Requirement – Give every entry again, word for word and in full.

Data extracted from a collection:

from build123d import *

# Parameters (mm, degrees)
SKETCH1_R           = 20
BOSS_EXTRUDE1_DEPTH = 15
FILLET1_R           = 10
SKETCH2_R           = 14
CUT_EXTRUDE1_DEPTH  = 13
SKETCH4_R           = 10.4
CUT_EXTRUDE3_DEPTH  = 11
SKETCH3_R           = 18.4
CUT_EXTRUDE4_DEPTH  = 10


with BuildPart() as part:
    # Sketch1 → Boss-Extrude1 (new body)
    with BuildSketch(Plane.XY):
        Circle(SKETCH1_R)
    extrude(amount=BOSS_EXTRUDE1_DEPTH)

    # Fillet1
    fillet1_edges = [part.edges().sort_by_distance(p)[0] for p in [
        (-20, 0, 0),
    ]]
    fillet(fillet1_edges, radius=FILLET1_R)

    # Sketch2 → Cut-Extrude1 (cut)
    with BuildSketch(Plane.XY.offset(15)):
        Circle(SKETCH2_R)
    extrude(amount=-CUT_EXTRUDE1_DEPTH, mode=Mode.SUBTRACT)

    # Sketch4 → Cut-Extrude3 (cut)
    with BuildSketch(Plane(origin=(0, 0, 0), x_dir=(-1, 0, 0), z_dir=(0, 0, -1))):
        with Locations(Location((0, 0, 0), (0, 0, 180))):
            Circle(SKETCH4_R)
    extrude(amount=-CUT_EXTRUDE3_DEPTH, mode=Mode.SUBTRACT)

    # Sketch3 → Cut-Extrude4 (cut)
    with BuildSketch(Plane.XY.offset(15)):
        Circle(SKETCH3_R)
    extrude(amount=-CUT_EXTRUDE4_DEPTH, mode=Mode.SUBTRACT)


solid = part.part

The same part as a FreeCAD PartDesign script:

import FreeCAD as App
import Part
import Sketcher

V = App.Vector
Q = App.Units.Quantity


def edges_at(feature, points):
    """Names of the edges that pass closest to the given points."""
    edges = feature.Shape.Edges
    near = lambda p: min(range(len(edges)), key=lambda i: edges[i].distToShape(Part.Vertex(*p))[0])
    return sorted({f"Edge{near(p) + 1}" for p in points})

doc = App.newDocument("Part")
body = doc.addObject("PartDesign::Body", "Body")

# Sketch on XY plane
sketch1 = body.newObject("Sketcher::SketchObject", "Sketch")
sketch1.AttachmentSupport = (doc.getObject("XY_Plane"), [""])
sketch1.MapMode = "FlatFace"
sketch1.addGeometry(Part.Circle(V(0, 0, 0), V(0, 0, 1), 20), False)
sketch1.addConstraint([
    Sketcher.Constraint("Coincident", 0, 3, -1, 1),
    Sketcher.Constraint("Diameter", 0, Q("40 mm")),
])
pad1 = body.newObject("PartDesign::Pad", "Pad")
pad1.Profile = sketch1
pad1.Length = 15
doc.recompute()

fillet = body.newObject("PartDesign::Fillet", "Fillet")
fillet.Base = (pad1, edges_at(pad1, [(-20, 0, 0)]))
fillet.Radius = 10

# Sketch on XY plane
sketch2 = body.newObject("Sketcher::SketchObject", "Sketch001")
sketch2.AttachmentSupport = (doc.getObject("XY_Plane"), [""])
sketch2.MapMode = "FlatFace"
sketch2.AttachmentOffset = App.Placement(V(0, 0, 15), App.Rotation())
sketch2.addGeometry(Part.Circle(V(0, 0, 0), V(0, 0, 1), 14), False)
sketch2.addConstraint([
    Sketcher.Constraint("Coincident", 0, 3, -1, 1),
    Sketcher.Constraint("Diameter", 0, Q("28 mm")),
])
pocket1 = body.newObject("PartDesign::Pocket", "Pocket")
pocket1.Profile = sketch2
pocket1.Length = 13

# Sketch on XY plane
sketch3 = body.newObject("Sketcher::SketchObject", "Sketch002")
sketch3.AttachmentSupport = (doc.getObject("XY_Plane"), [""])
sketch3.MapMode = "FlatFace"
sketch3.addGeometry(Part.Circle(V(0, 0, 0), V(0, 0, 1), 10.4), False)
sketch3.addConstraint([
    Sketcher.Constraint("Coincident", 0, 3, -1, 1),
    Sketcher.Constraint("Diameter", 0, Q("20.8 mm")),
])
pocket2 = body.newObject("PartDesign::Pocket", "Pocket001")
pocket2.Profile = sketch3
pocket2.Length = 11
pocket2.Reversed = True

# Sketch on XY plane
sketch4 = body.newObject("Sketcher::SketchObject", "Sketch003")
sketch4.AttachmentSupport = (doc.getObject("XY_Plane"), [""])
sketch4.MapMode = "FlatFace"
sketch4.AttachmentOffset = App.Placement(V(0, 0, 15), App.Rotation())
sketch4.addGeometry(Part.Circle(V(0, 0, 0), V(0, 0, 1), 18.4), False)
sketch4.addConstraint([
    Sketcher.Constraint("Coincident", 0, 3, -1, 1),
    Sketcher.Constraint("Diameter", 0, Q("36.8 mm")),
])
pocket3 = body.newObject("PartDesign::Pocket", "Pocket002")
pocket3.Profile = sketch4
pocket3.Length = 10

doc.recompute()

Output for this exercise –
from build123d import *

# Parameters (mm, degrees)
SKETCH1_R           = 20
BOSS_EXTRUDE1_DEPTH = 15
FILLET1_R           = 10
SKETCH2_R           = 14
CUT_EXTRUDE1_DEPTH  = 13
SKETCH4_R           = 10.4
CUT_EXTRUDE3_DEPTH  = 11
SKETCH3_R           = 18.4
CUT_EXTRUDE4_DEPTH  = 10


with BuildPart() as part:
    # Sketch1 → Boss-Extrude1 (new body)
    with BuildSketch(Plane.XY):
        Circle(SKETCH1_R)
    extrude(amount=BOSS_EXTRUDE1_DEPTH)

    # Fillet1
    fillet1_edges = [part.edges().sort_by_distance(p)[0] for p in [
        (-20, 0, 0),
    ]]
    fillet(fillet1_edges, radius=FILLET1_R)

    # Sketch2 → Cut-Extrude1 (cut)
    with BuildSketch(Plane.XY.offset(15)):
        Circle(SKETCH2_R)
    extrude(amount=-CUT_EXTRUDE1_DEPTH, mode=Mode.SUBTRACT)

    # Sketch4 → Cut-Extrude3 (cut)
    with BuildSketch(Plane(origin=(0, 0, 0), x_dir=(-1, 0, 0), z_dir=(0, 0, -1))):
        with Locations(Location((0, 0, 0), (0, 0, 180))):
            Circle(SKETCH4_R)
    extrude(amount=-CUT_EXTRUDE3_DEPTH, mode=Mode.SUBTRACT)

    # Sketch3 → Cut-Extrude4 (cut)
    with BuildSketch(Plane.XY.offset(15)):
        Circle(SKETCH3_R)
    extrude(amount=-CUT_EXTRUDE4_DEPTH, mode=Mode.SUBTRACT)


solid = part.part

The same part as a FreeCAD PartDesign script:

import FreeCAD as App
import Part
import Sketcher

V = App.Vector
Q = App.Units.Quantity


def edges_at(feature, points):
    """Names of the edges that pass closest to the given points."""
    edges = feature.Shape.Edges
    near = lambda p: min(range(len(edges)), key=lambda i: edges[i].distToShape(Part.Vertex(*p))[0])
    return sorted({f"Edge{near(p) + 1}" for p in points})

doc = App.newDocument("Part")
body = doc.addObject("PartDesign::Body", "Body")

# Sketch on XY plane
sketch1 = body.newObject("Sketcher::SketchObject", "Sketch")
sketch1.AttachmentSupport = (doc.getObject("XY_Plane"), [""])
sketch1.MapMode = "FlatFace"
sketch1.addGeometry(Part.Circle(V(0, 0, 0), V(0, 0, 1), 20), False)
sketch1.addConstraint([
    Sketcher.Constraint("Coincident", 0, 3, -1, 1),
    Sketcher.Constraint("Diameter", 0, Q("40 mm")),
])
pad1 = body.newObject("PartDesign::Pad", "Pad")
pad1.Profile = sketch1
pad1.Length = 15
doc.recompute()

fillet = body.newObject("PartDesign::Fillet", "Fillet")
fillet.Base = (pad1, edges_at(pad1, [(-20, 0, 0)]))
fillet.Radius = 10

# Sketch on XY plane
sketch2 = body.newObject("Sketcher::SketchObject", "Sketch001")
sketch2.AttachmentSupport = (doc.getObject("XY_Plane"), [""])
sketch2.MapMode = "FlatFace"
sketch2.AttachmentOffset = App.Placement(V(0, 0, 15), App.Rotation())
sketch2.addGeometry(Part.Circle(V(0, 0, 0), V(0, 0, 1), 14), False)
sketch2.addConstraint([
    Sketcher.Constraint("Coincident", 0, 3, -1, 1),
    Sketcher.Constraint("Diameter", 0, Q("28 mm")),
])
pocket1 = body.newObject("PartDesign::Pocket", "Pocket")
pocket1.Profile = sketch2
pocket1.Length = 13

# Sketch on XY plane
sketch3 = body.newObject("Sketcher::SketchObject", "Sketch002")
sketch3.AttachmentSupport = (doc.getObject("XY_Plane"), [""])
sketch3.MapMode = "FlatFace"
sketch3.addGeometry(Part.Circle(V(0, 0, 0), V(0, 0, 1), 10.4), False)
sketch3.addConstraint([
    Sketcher.Constraint("Coincident", 0, 3, -1, 1),
    Sketcher.Constraint("Diameter", 0, Q("20.8 mm")),
])
pocket2 = body.newObject("PartDesign::Pocket", "Pocket001")
pocket2.Profile = sketch3
pocket2.Length = 11
pocket2.Reversed = True

# Sketch on XY plane
sketch4 = body.newObject("Sketcher::SketchObject", "Sketch003")
sketch4.AttachmentSupport = (doc.getObject("XY_Plane"), [""])
sketch4.MapMode = "FlatFace"
sketch4.AttachmentOffset = App.Placement(V(0, 0, 15), App.Rotation())
sketch4.addGeometry(Part.Circle(V(0, 0, 0), V(0, 0, 1), 18.4), False)
sketch4.addConstraint([
    Sketcher.Constraint("Coincident", 0, 3, -1, 1),
    Sketcher.Constraint("Diameter", 0, Q("36.8 mm")),
])
pocket3 = body.newObject("PartDesign::Pocket", "Pocket002")
pocket3.Profile = sketch4
pocket3.Length = 10

doc.recompute()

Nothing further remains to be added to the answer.